-- Data follows --

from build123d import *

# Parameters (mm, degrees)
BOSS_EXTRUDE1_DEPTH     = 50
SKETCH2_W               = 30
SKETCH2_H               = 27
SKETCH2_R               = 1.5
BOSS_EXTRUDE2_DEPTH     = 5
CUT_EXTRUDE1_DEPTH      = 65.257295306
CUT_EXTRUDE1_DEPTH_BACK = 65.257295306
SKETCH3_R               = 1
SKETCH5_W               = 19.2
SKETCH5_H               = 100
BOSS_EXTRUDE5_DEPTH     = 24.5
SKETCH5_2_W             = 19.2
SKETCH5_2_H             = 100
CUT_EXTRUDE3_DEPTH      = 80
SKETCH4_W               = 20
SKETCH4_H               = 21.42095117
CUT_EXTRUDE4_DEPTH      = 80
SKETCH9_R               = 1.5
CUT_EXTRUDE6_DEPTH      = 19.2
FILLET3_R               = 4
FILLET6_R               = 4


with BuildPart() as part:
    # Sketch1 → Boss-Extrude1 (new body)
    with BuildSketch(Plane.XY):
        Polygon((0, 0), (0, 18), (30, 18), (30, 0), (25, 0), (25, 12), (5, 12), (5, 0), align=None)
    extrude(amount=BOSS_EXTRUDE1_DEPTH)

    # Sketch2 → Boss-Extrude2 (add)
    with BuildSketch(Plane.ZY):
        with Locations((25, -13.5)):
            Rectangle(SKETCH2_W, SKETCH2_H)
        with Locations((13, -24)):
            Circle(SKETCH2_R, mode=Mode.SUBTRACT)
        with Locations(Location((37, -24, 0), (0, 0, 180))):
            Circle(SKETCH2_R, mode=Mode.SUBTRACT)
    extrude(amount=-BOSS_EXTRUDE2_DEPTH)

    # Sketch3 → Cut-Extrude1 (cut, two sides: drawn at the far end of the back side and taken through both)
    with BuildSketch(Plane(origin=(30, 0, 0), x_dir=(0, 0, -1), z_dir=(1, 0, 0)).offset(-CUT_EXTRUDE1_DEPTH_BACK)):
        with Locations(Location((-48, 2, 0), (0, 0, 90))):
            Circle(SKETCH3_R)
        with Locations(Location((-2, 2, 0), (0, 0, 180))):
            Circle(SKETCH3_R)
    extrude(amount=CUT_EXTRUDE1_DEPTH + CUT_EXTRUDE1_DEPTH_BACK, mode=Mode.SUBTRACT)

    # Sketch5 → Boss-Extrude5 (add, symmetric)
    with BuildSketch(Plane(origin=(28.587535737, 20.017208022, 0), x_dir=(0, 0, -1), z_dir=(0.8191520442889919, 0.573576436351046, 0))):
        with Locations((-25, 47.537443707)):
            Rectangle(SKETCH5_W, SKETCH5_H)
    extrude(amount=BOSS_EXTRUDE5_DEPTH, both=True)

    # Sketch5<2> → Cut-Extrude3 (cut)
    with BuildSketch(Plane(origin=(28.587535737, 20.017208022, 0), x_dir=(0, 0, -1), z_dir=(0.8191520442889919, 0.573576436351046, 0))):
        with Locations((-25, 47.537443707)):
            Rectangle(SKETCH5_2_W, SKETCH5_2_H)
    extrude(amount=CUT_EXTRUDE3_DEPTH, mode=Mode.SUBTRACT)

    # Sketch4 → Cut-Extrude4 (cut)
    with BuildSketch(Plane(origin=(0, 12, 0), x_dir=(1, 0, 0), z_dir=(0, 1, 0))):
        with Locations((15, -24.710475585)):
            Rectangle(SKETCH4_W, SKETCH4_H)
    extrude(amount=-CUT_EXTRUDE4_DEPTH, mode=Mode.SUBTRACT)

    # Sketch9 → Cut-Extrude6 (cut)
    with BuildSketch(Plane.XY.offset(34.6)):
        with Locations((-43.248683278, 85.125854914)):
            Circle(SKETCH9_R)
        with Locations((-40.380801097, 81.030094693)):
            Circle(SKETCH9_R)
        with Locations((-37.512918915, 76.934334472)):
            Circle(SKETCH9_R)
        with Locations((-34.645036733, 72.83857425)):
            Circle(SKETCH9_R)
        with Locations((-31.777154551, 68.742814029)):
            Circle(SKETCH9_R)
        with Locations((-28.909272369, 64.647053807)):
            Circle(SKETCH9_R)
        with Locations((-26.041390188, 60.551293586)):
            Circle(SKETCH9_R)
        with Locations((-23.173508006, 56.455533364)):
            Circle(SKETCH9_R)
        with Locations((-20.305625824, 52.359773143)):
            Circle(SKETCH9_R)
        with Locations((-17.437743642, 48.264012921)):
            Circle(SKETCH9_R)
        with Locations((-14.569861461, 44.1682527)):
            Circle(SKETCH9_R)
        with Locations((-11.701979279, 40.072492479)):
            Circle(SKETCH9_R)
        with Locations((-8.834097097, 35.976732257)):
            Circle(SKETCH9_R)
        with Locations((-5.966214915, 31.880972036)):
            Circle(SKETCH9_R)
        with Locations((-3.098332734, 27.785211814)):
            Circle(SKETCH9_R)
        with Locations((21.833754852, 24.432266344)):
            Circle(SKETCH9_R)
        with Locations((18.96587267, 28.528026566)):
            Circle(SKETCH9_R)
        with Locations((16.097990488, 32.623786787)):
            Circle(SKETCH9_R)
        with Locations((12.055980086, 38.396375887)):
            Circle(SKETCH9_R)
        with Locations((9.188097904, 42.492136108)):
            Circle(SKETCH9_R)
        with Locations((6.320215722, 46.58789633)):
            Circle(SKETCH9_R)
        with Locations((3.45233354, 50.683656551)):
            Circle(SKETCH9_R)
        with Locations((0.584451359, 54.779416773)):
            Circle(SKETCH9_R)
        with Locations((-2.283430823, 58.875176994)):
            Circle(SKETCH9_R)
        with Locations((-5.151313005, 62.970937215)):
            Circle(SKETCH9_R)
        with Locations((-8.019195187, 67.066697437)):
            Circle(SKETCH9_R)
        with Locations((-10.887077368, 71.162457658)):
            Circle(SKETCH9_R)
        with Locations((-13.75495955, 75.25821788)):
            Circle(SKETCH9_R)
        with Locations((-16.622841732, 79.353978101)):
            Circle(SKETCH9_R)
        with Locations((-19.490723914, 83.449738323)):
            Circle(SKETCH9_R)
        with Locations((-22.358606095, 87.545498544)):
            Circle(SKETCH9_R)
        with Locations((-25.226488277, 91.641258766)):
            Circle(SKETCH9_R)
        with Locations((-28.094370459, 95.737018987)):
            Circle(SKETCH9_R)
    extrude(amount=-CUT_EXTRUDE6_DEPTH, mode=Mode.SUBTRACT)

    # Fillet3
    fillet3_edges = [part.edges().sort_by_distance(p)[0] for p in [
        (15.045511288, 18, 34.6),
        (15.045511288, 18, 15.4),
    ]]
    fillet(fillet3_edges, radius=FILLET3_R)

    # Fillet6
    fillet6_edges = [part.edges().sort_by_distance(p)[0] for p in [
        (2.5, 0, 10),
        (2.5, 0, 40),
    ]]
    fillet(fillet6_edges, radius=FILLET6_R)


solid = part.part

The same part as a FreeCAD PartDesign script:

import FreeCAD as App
import Part
import Sketcher


def edges_at(feature, points):
    """Names of the edges that pass closest to the given points."""
    edges = feature.Shape.Edges
    near = lambda p: min(range(len(edges)), key=lambda i: edges[i].distToShape(Part.Vertex(*p))[0])
    return sorted({f"Edge{near(p) + 1}" for p in points})


def add_polygon(sketch, points):
    """Adds a closed chain of lines whose ends are joined by coincident constraints."""
    first, n = sketch.GeometryCount, len(points)
    for a, b in zip(points, points[1:] + points[:1]):
        sketch.addGeometry(Part.LineSegment(App.Vector(*a, 0), App.Vector(*b, 0)), False)
    for i in range(n):
        sketch.addConstraint(Sketcher.Constraint("Coincident", first + i, 2, first + (i + 1) % n, 1))

doc = App.newDocument("Part")
body = doc.addObject("PartDesign::Body", "Body")

# Sketch on XY plane
sketch1 = body.newObject("Sketcher::SketchObject", "Sketch")
sketch1.AttachmentSupport = (doc.getObject("XY_Plane"), [""])
sketch1.MapMode = "FlatFace"
add_polygon(sketch1, [(0, 18), (0, 0), (5, 0), (5, 12), (25, 12), (25, 0), (30, 0), (30, 18)])  # lines 0-7
sketch1.addConstraint(Sketcher.Constraint("Vertical", 0))
sketch1.addConstraint(Sketcher.Constraint("Horizontal", 1))
sketch1.addConstraint(Sketcher.Constraint("Vertical", 2))
sketch1.addConstraint(Sketcher.Constraint("Horizontal", 3))
sketch1.addConstraint(Sketcher.Constraint("Vertical", 4))
sketch1.addConstraint(Sketcher.Constraint("Horizontal", 5))
sketch1.addConstraint(Sketcher.Constraint("Vertical", 6))
sketch1.addConstraint(Sketcher.Constraint("Horizontal", 7))
sketch1.addConstraint(Sketcher.Constraint("Coincident", 0, 2, -1, 1))
sketch1.addConstraint(Sketcher.Constraint("PointOnObject", 4, 2, -1))
sketch1.addConstraint(Sketcher.Constraint("Equal", 1, 5))
sketch1.addConstraint(Sketcher.Constraint("DistanceX", 1, 1, 1, 2, 5.0))
sketch1.addConstraint(Sketcher.Constraint("DistanceX", 3, 1, 3, 2, 20.0))
sketch1.addConstraint(Sketcher.Constraint("DistanceY", 0, 2, 0, 1, 18.0))
sketch1.addConstraint(Sketcher.Constraint("DistanceY", 2, 1, 2, 2, 12.0))
pad1 = body.newObject("PartDesign::Pad", "Pad")
pad1.Profile = sketch1
pad1.Length = 50

# Sketch on YZ plane
sketch2 = body.newObject("Sketcher::SketchObject", "Sketch001")
sketch2.AttachmentSupport = (doc.getObject("YZ_Plane"), [""])
sketch2.MapMode = "FlatFace"
add_polygon(sketch2, [(0, 10), (-27, 10), (-27, 40), (0, 40)])  # lines 0-3
sketch2.addGeometry(Part.Circle(App.Vector(-24, 13, 0), App.Vector(0, 0, 1), 1.5), False)  # 4
sketch2.addGeometry(Part.Circle(App.Vector(-24, 37, 0), App.Vector(0, 0, 1), 1.5), False)  # 5
sketch2.addConstraint(Sketcher.Constraint("Horizontal", 0))
sketch2.addConstraint(Sketcher.Constraint("Vertical", 1))
sketch2.addConstraint(Sketcher.Constraint("Horizontal", 2))
sketch2.addConstraint(Sketcher.Constraint("Vertical", 3))
sketch2.addConstraint(Sketcher.Constraint("Equal", 4, 5))
sketch2.addConstraint(Sketcher.Constraint("PointOnObject", 2, 2, -2))
sketch2.addConstraint(Sketcher.Constraint("Vertical", 4, 3, 5, 3))
sketch2.addConstraint(Sketcher.Constraint("Diameter", 4, 3.0))
sketch2.addConstraint(Sketcher.Constraint("DistanceX", 0, 2, 0, 1, 27.0))
sketch2.addConstraint(Sketcher.Constraint("DistanceY", 1, 1, 1, 2, 30.0))
sketch2.addConstraint(Sketcher.Constraint("DistanceX", 4, 3, -1, 1, 24.0))
sketch2.addConstraint(Sketcher.Constraint("DistanceY", -1, 1, 4, 3, 13.0))
sketch2.addConstraint(Sketcher.Constraint("DistanceY", -1, 1, 5, 3, 37.0))
sketch2.addConstraint(Sketcher.Constraint("DistanceY", -1, 1, 0, 2, 10.0))
pad2 = body.newObject("PartDesign::Pad", "Pad001")
pad2.Profile = sketch2
pad2.Length = 5

# Sketch on YZ plane
sketch3 = body.newObject("Sketcher::SketchObject", "Sketch002")
sketch3.AttachmentSupport = (doc.getObject("YZ_Plane"), [""])
sketch3.MapMode = "FlatFace"
sketch3.AttachmentOffset = App.Placement(App.Vector(0, 0, 30), App.Rotation())
sketch3.addGeometry(Part.Circle(App.Vector(2, 48, 0), App.Vector(0, 0, 1), 1), False)
sketch3.addGeometry(Part.Circle(App.Vector(2, 2, 0), App.Vector(0, 0, 1), 1), False)
sketch3.addConstraint(Sketcher.Constraint("Equal", 0, 1))
sketch3.addConstraint(Sketcher.Constraint("Vertical", 0, 3, 1, 3))
sketch3.addConstraint(Sketcher.Constraint("Diameter", 0, 2.0))
sketch3.addConstraint(Sketcher.Constraint("DistanceX", -1, 1, 0, 3, 2.0))
sketch3.addConstraint(Sketcher.Constraint("DistanceY", -1, 1, 0, 3, 48.0))
sketch3.addConstraint(Sketcher.Constraint("DistanceY", -1, 1, 1, 3, 2.0))
pocket1 = body.newObject("PartDesign::Pocket", "Pocket")
pocket1.Profile = sketch3
pocket1.Type = "ThroughAll"
pocket1.Midplane = True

-- Data concluded --

> **Task directions**
Beginning with the line containing "extrude(amount=BOSS_EXTRUDE5_DEPTH, both=True)" in the material above, copy every line exactly until you have copied the line containing "Rectangle(SKETCH5_2_W, SKETCH5_2_H)".

> **Task answer**
    extrude(amount=BOSS_EXTRUDE5_DEPTH, both=True)

    # Sketch5<2> → Cut-Extrude3 (cut)
    with BuildSketch(Plane(origin=(28.587535737, 20.017208022, 0), x_dir=(0, 0, -1), z_dir=(0.8191520442889919, 0.573576436351046, 0))):
        with Locations((-25, 47.537443707)):
            Rectangle(SKETCH5_2_W, SKETCH5_2_H)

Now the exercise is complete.